◆ **Exercise details**
When you reach the line containing "#253=AXIS2_PLACEMENT_3D('',#252,#30,#17);" in the records below, start copying exactly, and stop once you have copied the line containing "#259=FACE_BOUND('',#258,.F.);".

────────

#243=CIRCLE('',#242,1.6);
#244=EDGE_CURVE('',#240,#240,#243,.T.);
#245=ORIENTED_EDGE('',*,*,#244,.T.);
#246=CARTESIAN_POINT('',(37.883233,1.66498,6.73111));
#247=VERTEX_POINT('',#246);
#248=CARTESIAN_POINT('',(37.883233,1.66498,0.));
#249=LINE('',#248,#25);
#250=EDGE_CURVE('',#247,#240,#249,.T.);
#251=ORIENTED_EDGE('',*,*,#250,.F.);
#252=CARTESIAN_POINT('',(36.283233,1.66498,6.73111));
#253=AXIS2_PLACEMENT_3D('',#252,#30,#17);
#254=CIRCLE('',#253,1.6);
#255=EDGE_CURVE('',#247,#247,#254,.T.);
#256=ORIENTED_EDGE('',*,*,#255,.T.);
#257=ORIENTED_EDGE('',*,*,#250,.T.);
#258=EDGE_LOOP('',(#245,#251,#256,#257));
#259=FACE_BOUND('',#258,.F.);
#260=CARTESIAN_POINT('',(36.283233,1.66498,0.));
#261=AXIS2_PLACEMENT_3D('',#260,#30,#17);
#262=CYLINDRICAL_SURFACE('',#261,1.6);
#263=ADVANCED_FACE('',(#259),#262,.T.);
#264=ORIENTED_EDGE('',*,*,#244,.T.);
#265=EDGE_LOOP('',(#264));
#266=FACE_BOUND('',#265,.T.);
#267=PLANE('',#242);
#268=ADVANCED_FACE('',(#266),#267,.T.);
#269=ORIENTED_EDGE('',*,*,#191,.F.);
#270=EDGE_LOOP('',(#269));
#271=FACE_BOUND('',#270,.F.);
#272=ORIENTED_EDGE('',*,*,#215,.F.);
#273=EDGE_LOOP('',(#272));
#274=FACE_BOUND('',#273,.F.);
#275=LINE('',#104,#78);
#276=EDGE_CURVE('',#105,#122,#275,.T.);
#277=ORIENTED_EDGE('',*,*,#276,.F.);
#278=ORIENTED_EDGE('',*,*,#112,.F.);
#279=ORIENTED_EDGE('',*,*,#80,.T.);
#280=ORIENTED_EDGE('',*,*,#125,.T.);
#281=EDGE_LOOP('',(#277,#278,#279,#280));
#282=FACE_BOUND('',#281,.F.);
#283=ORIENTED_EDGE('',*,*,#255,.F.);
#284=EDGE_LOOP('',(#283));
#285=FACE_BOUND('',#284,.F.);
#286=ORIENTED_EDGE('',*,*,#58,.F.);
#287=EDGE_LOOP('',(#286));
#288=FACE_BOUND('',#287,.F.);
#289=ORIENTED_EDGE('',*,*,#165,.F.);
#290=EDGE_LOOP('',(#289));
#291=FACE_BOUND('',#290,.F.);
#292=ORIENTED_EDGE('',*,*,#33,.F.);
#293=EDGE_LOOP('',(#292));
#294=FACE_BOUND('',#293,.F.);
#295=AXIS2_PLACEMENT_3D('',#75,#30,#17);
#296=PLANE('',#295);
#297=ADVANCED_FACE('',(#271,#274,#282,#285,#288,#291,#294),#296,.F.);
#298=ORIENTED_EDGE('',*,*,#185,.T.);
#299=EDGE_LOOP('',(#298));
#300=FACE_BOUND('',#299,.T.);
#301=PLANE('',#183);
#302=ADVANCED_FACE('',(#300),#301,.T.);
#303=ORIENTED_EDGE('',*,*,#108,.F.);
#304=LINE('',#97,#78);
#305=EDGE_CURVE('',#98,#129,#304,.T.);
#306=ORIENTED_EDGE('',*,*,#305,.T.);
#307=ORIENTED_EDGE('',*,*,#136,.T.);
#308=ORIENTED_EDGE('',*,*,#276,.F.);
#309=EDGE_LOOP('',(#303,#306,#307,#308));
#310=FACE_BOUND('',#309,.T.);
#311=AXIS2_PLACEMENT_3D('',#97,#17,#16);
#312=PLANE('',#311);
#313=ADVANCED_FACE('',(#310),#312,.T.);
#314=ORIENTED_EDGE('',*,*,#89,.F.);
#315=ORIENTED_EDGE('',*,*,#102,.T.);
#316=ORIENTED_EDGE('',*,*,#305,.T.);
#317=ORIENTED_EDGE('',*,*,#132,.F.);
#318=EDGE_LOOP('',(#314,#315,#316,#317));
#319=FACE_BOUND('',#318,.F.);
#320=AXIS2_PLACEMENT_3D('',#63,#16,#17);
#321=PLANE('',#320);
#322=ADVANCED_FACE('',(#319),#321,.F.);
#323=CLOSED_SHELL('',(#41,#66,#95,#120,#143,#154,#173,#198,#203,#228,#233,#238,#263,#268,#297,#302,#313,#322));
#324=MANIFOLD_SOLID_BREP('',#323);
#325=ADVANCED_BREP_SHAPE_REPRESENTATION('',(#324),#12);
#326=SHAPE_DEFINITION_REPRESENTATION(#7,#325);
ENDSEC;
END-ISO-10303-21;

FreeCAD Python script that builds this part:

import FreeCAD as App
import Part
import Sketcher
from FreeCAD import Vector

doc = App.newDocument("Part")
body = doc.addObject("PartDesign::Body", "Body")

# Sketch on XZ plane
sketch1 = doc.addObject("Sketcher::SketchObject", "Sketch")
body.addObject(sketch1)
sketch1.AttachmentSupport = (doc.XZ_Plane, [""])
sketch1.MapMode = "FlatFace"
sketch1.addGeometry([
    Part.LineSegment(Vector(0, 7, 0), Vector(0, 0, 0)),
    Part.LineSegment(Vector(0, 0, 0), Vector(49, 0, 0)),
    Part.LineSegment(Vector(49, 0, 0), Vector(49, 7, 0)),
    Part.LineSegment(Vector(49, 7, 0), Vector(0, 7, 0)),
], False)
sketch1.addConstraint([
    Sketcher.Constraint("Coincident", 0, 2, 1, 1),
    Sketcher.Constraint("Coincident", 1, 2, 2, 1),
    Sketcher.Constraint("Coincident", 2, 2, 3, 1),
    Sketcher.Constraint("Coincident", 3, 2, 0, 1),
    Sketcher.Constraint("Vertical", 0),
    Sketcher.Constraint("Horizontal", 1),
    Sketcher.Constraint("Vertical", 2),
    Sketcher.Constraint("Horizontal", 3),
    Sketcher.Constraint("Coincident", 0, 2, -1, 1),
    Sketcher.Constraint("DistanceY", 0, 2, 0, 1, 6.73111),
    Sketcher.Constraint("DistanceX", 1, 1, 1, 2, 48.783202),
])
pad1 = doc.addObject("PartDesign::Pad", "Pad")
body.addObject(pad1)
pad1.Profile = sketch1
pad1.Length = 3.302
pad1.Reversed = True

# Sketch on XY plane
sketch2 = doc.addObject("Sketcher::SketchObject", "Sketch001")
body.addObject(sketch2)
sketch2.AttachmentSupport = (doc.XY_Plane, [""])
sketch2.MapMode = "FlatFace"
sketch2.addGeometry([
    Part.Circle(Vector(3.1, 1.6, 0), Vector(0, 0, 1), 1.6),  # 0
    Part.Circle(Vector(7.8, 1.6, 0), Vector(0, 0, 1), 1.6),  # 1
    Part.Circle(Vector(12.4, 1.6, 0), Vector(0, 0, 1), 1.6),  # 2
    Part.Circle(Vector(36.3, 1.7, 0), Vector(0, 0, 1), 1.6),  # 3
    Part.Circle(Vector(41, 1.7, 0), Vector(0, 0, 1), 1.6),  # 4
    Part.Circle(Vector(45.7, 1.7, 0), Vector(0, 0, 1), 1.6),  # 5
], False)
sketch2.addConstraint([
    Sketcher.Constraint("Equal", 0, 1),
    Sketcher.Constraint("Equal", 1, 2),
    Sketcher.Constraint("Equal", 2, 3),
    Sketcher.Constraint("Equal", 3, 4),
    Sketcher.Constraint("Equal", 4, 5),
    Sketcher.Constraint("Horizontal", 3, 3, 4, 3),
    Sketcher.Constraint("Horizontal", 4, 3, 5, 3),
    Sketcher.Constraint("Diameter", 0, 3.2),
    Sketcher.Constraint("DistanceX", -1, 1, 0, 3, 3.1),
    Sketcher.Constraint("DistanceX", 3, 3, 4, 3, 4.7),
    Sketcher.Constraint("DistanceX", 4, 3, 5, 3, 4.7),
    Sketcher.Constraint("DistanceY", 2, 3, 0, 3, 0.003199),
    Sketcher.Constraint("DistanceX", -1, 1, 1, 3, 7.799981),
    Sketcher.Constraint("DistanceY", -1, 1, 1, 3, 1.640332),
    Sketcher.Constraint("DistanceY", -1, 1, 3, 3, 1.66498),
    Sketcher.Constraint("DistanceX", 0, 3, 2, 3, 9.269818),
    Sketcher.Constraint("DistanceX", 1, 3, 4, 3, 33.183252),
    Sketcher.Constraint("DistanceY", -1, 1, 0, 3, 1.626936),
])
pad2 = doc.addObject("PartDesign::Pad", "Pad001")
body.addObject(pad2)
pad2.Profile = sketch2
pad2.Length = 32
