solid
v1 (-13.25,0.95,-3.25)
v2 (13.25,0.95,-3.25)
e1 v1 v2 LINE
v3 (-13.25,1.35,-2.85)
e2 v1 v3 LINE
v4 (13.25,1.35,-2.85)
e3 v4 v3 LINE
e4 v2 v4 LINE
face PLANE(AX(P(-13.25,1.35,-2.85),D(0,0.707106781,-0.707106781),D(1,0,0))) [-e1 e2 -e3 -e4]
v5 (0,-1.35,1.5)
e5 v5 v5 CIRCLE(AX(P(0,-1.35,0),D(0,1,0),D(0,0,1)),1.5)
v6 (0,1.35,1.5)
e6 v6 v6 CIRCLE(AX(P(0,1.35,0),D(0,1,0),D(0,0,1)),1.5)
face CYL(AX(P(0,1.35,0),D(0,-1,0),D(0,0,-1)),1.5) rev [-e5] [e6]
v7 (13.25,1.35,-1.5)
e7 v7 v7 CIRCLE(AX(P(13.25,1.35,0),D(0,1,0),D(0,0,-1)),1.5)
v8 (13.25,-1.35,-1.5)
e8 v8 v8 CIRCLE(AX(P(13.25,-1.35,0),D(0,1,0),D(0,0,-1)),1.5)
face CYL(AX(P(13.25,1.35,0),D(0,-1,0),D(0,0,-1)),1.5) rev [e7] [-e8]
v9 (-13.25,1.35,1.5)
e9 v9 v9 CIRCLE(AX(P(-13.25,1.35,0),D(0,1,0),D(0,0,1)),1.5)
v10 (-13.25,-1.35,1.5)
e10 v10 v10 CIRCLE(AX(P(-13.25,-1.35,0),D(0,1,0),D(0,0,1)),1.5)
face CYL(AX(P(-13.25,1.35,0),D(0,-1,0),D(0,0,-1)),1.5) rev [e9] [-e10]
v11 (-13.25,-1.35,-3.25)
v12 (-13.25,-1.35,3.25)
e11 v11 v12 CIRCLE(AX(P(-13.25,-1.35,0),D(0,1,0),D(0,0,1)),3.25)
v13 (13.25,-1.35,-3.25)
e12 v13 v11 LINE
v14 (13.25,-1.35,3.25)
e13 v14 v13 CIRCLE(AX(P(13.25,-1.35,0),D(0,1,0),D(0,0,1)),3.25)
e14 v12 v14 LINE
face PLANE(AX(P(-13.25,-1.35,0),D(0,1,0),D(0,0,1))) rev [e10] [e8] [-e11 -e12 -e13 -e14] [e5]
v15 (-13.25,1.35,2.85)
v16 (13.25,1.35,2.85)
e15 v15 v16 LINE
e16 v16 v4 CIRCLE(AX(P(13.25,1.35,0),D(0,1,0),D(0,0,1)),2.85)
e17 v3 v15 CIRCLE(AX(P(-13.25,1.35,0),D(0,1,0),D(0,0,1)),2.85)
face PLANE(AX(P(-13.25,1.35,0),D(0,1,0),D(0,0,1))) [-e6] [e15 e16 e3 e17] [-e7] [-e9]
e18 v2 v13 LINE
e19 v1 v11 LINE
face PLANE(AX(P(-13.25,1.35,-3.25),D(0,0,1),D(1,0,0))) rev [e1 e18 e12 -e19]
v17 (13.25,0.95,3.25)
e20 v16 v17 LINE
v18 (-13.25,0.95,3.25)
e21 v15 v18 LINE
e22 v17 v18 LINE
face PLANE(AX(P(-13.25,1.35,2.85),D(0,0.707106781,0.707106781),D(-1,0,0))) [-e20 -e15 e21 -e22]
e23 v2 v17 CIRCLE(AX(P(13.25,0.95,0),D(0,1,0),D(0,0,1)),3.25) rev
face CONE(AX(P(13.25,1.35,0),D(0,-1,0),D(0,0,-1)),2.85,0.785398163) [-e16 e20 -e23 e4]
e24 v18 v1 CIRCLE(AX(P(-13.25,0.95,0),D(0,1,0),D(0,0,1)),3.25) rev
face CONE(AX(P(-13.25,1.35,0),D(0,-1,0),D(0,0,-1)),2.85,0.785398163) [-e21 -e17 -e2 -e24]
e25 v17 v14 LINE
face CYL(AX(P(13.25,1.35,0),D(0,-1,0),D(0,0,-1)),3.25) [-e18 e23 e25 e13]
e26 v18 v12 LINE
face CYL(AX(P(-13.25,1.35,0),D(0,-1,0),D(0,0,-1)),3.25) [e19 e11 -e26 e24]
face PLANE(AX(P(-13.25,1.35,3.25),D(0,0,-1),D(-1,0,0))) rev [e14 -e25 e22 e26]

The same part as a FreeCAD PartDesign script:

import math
import FreeCAD as App
import Part
import Sketcher
from FreeCAD import Vector


def edges_at(feature, points):
    """Names of the edges that pass closest to the given points."""
    edges = feature.Shape.Edges
    near = lambda p: min(range(len(edges)), key=lambda i: edges[i].distToShape(Part.Vertex(*p))[0])
    return sorted({f"Edge{near(p) + 1}" for p in points})

doc = App.newDocument("Part")
body = doc.addObject("PartDesign::Body", "Body")

sketch1 = doc.addObject("Sketcher::SketchObject", "Sketch")
body.addObject(sketch1)
sketch1.AttachmentSupport = (doc.XZ_Plane, [""])
sketch1.MapMode = "FlatFace"
sketch1.addGeometry([
    Part.LineSegment(Vector(13.25, -3.25, 0), Vector(-13.25, -3.25, 0)),
    Part.ArcOfCircle(Part.Circle(Vector(-13.25, 0, 0), Vector(0, 0, 1), 3.25), math.radians(90), math.radians(270)),
    Part.LineSegment(Vector(-13.25, 3.25, 0), Vector(13.25, 3.25, 0)),
    Part.ArcOfCircle(Part.Circle(Vector(13.25, 0, 0), Vector(0, 0, 1), 3.25), math.radians(-90), math.radians(90)),
    Part.Circle(Vector(13.25, 0, 0), Vector(0, 0, 1), 1.5),
    Part.Circle(Vector(0, 0, 0), Vector(0, 0, 1), 1.5),
    Part.Circle(Vector(-13.25, 0, 0), Vector(0, 0, 1), 1.5),
], False)
sketch1.addConstraint([
    Sketcher.Constraint("Tangent", 0, 2, 1, 2),
    Sketcher.Constraint("Tangent", 1, 1, 2, 1),
    Sketcher.Constraint("Tangent", 2, 2, 3, 2),
    Sketcher.Constraint("Tangent", 3, 1, 0, 1),
    Sketcher.Constraint("Horizontal", 0),
    Sketcher.Constraint("Horizontal", 2),
    Sketcher.Constraint("Coincident", 5, 3, -1, 1),
    Sketcher.Constraint("Coincident", 4, 3, 3, 3),
    Sketcher.Constraint("Coincident", 6, 3, 1, 3),
    Sketcher.Constraint("Equal", 4, 5),
    Sketcher.Constraint("Equal", 5, 6),
    Sketcher.Constraint("Symmetric", 1, 3, 3, 3, -1, 1),
    Sketcher.Constraint("Diameter", 4, 3.0),
    Sketcher.Constraint("Radius", 1, 3.25),
    Sketcher.Constraint("DistanceX", 0, 2, 0, 1, 26.5),
])
pad1 = doc.addObject("PartDesign::Pad", "Pad")
body.addObject(pad1)
pad1.Profile = sketch1
pad1.Length = 2.7
pad1.Midplane = True
doc.recompute()

chamfer = doc.addObject("PartDesign::Chamfer", "Chamfer")
body.addObject(chamfer)
chamfer.Base = (pad1, edges_at(pad1, [
    (16.5, 1.35, 0),
    (0, 1.35, -3.25),
    (-16.5, 1.35, 0),
    (0, 1.35, 3.25),
]))
chamfer.Size = 0.4

doc.recompute()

────────

◆ **Answer area**
#253=AXIS2_PLACEMENT_3D('',#252,#30,#17);
#254=CIRCLE('',#253,1.6);
#255=EDGE_CURVE('',#247,#247,#254,.T.);
#256=ORIENTED_EDGE('',*,*,#255,.T.);
#257=ORIENTED_EDGE('',*,*,#250,.T.);
#258=EDGE_LOOP('',(#245,#251,#256,#257));
#259=FACE_BOUND('',#258,.F.);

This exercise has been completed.